На внутренней колонизации сосредоточимся пока и мы. Уместность этой коллизии для постсоветской культуры не вызывает сомнений: в сущности, на наших глазах развернулся новый, самый масштабный после большевистской революции, виток самоколонизации, когда разноречивые, но в основном все же по преимуществу западные модели цивилизации проецируются на «народную массу». Однако сопутствующий внутренней колонизации распад империи и резкое падение социального престижа интеллигенции — главных агентов этого процесса — не только усложняют коллизию самоколонизации, но и подрывают ее важнейшие основания. Таковы, по-видимому, принципиальные предпосылки русского постколониализма — пост-«самоколонизации».
Эткинд доказывает, что в сюжете внутренней колонизации (СВК) обязательно участвуют Человек Власти и Культуры и Человек из Народа: «Представители государства и представители народа изображались литературой ХIX века как люди принципиально разной природы или, точнее, культуры. Столкновение двух персонажей, Человека из Народа и Носителя Власти и Культуры, было метанарративом многих классических текстов, которые драматизировали ситуацию внутренней колонизации, подчиняясь законам жанра» (2003, с. 115). Отношения между этими героями в русской классической литературе, как правило, медиируются фигурой Русской Красавицы, «бесклассового, но национального объекта желания». При этом в действие вступает модель жертвоприношения, которая, как показал Рене Жирар, является не только самой древней формой разрешения неразрешимых конфликтов, но во многом определяет логику культуры.

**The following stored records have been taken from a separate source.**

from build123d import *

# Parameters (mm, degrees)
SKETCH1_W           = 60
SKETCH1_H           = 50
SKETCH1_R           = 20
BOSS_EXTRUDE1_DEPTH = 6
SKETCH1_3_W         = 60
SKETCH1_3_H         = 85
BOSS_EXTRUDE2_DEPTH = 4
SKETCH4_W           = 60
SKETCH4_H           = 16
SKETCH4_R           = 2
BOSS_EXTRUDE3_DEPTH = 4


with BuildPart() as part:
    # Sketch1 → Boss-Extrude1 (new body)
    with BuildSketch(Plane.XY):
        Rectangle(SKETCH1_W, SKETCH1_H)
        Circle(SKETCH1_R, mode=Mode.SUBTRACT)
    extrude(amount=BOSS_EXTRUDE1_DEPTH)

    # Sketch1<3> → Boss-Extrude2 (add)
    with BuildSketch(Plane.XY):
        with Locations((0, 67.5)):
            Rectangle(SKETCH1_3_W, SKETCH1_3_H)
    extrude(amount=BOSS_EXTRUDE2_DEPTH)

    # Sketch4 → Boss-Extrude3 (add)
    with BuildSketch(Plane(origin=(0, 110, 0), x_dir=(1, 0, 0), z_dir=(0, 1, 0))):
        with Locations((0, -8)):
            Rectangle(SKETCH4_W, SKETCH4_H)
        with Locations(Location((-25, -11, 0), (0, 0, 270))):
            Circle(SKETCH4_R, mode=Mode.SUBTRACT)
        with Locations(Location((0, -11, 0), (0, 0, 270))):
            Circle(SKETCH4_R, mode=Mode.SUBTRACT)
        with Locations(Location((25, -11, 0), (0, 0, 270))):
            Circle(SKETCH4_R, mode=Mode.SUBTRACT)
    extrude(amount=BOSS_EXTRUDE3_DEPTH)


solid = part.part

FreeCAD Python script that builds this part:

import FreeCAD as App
import Part
import Sketcher

V = App.Vector
Q = App.Units.Quantity


def add_polygon(sketch, points):
    """Adds a closed chain of lines whose ends are joined by coincident constraints."""
    first, n = sketch.GeometryCount, len(points)
    for a, b in zip(points, points[1:] + points[:1]):
        sketch.addGeometry(Part.LineSegment(App.Vector(*a, 0), App.Vector(*b, 0)), False)
    for i in range(n):
        sketch.addConstraint(Sketcher.Constraint("Coincident", first + i, 2, first + (i + 1) % n, 1))

doc = App.newDocument("Part")
body = doc.addObject("PartDesign::Body", "Body")

sketch1 = doc.addObject("Sketcher::SketchObject", "Sketch")
body.addObject(sketch1)
sketch1.AttachmentSupport = (doc.XY_Plane, [""])
sketch1.MapMode = "FlatFace"
add_polygon(sketch1, [(-30, 25), (-30, -25), (30, -25), (30, 25)])
sketch1.addGeometry(Part.Circle(V(0, 0, 0), V(0, 0, 1), 20), False)
sketch1.addConstraint([
    Sketcher.Constraint("Vertical", 0),
    Sketcher.Constraint("Horizontal", 1),
    Sketcher.Constraint("Vertical", 2),
    Sketcher.Constraint("Horizontal", 3),
    Sketcher.Constraint("Coincident", 4, 3, -1, 1),
    Sketcher.Constraint("Symmetric", 0, 2, 2, 2, -1, 1),
    Sketcher.Constraint("Diameter", 4, Q("40 mm")),
    Sketcher.Constraint("DistanceX", 1, 1, 1, 2, Q("60 mm")),
    Sketcher.Constraint("DistanceY", 0, 2, 0, 1, Q("50 mm")),
])
pad1 = doc.addObject("PartDesign::Pad", "Pad")
body.addObject(pad1)
pad1.Profile = sketch1
pad1.Length = 6

sketch2 = doc.addObject("Sketcher::SketchObject", "Sketch001")
body.addObject(sketch2)
sketch2.AttachmentSupport = (doc.XY_Plane, [""])
sketch2.MapMode = "FlatFace"
add_polygon(sketch2, [(-30, 110), (-30, 25), (30, 25), (30, 110)])
sketch2.addConstraint([
    Sketcher.Constraint("Vertical", 0),
    Sketcher.Constraint("Horizontal", 1),
    Sketcher.Constraint("Vertical", 2),
    Sketcher.Constraint("Horizontal", 3),
    Sketcher.Constraint("DistanceX", 1, 1, 1, 2, Q("60 mm")),
    Sketcher.Constraint("DistanceY", 0, 2, 0, 1, Q("85 mm")),
    Sketcher.Constraint("DistanceX", 0, 2, -1, 1, Q("30 mm")),
    Sketcher.Constraint("DistanceY", -1, 1, 0, 2, Q("25 mm")),
])
pad2 = doc.addObject("PartDesign::Pad", "Pad001")
body.addObject(pad2)
pad2.Profile = sketch2
pad2.Length = 4

sketch3 = doc.addObject("Sketcher::SketchObject", "Sketch002")
body.addObject(sketch3)
sketch3.AttachmentSupport = (doc.XZ_Plane, [""])
sketch3.MapMode = "FlatFace"
sketch3.AttachmentOffset = App.Placement(V(0, 0, -110), App.Rotation())
add_polygon(sketch3, [(-30, 0), (-30, 16), (30, 16), (30, 0)])
sketch3.addGeometry(Part.Circle(V(-25, 11, 0), V(0, 0, 1), 2), False)
sketch3.addGeometry(Part.Circle(V(0, 11, 0), V(0, 0, 1), 2), False)
sketch3.addGeometry(Part.Circle(V(25, 11, 0), V(0, 0, 1), 2), False)
sketch3.addConstraint([
    Sketcher.Constraint("Vertical", 0),
    Sketcher.Constraint("Horizontal", 1),
    Sketcher.Constraint("Vertical", 2),
    Sketcher.Constraint("Horizontal", 3),
    Sketcher.Constraint("Equal", 4, 5),
    Sketcher.Constraint("Equal", 5, 6),
    Sketcher.Constraint("Symmetric", 2, 2, 3, 2, -1, 1),
    Sketcher.Constraint("Symmetric", 4, 3, 6, 3, -2),
    Sketcher.Constraint("PointOnObject", 5, 3, -2),
    Sketcher.Constraint("Horizontal", 4, 3, 5, 3),
    Sketcher.Constraint("Diameter", 4, Q("4 mm")),
    Sketcher.Constraint("DistanceX", 1, 1, 1, 2, Q("60 mm")),
    Sketcher.Constraint("DistanceY", 0, 1, 0, 2, Q("16 mm")),
    Sketcher.Constraint("DistanceX", 4, 3, -1, 1, Q("25 mm")),
    Sketcher.Constraint("DistanceY", -1, 1, 4, 3, Q("11 mm")),
])
pad3 = doc.addObject("PartDesign::Pad", "Pad002")
body.addObject(pad3)
pad3.Profile = sketch3
pad3.Length = 4
pad3.Reversed = True

doc.recompute()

Модель, предложенная А. Эткиндом, настолько меня увлекла, что я решил проверить ее на материале, казалось бы, совершенно чуждом — на кино последнего времени, а точнее, фильмах 2002 года. Это «Война» Алексея Балабанова, «Олигарх» Павла Лунгина, «Кукушка» Александра Рогожкина и «Любовник» Валерия Тодоровского. Во всех них ощутимо присутствует так или иначе трансформированный «треугольник» СВК (показательно, например, что в трех из четырех названных фильмов одного из главных героев зовут Иваном — что явственно маркирует его роль как Человека из Народа). Кроме того, везде присутствуют мотивы, актуализирующие модель жертвоприношения. Правда, «козлом отпущения» становятся каждый раз разные типы персонажей. И это, безусловно, свидетельствует о соперничестве различных версий переосмысления и разрешения обновленной коллизии внутренней колонизации. Сосуществование этих версий — явный признак постколониального состояния, интенсивного переосмысления существующих моделей самоколонизации, без которых, по-видимому, невозможно ни вывести формулу русской культурной идентичности, ни осмыслить новое соотношение «народа», России и интеллигенции. В сущности, это соперничество различных версий ключевого протосюжета русской культуры свидетельствует о непреодолимой даже для Балабанова постмодернистской амбивалентности, помещающей каждое окончательное решение в круг других, не менее «окончательных».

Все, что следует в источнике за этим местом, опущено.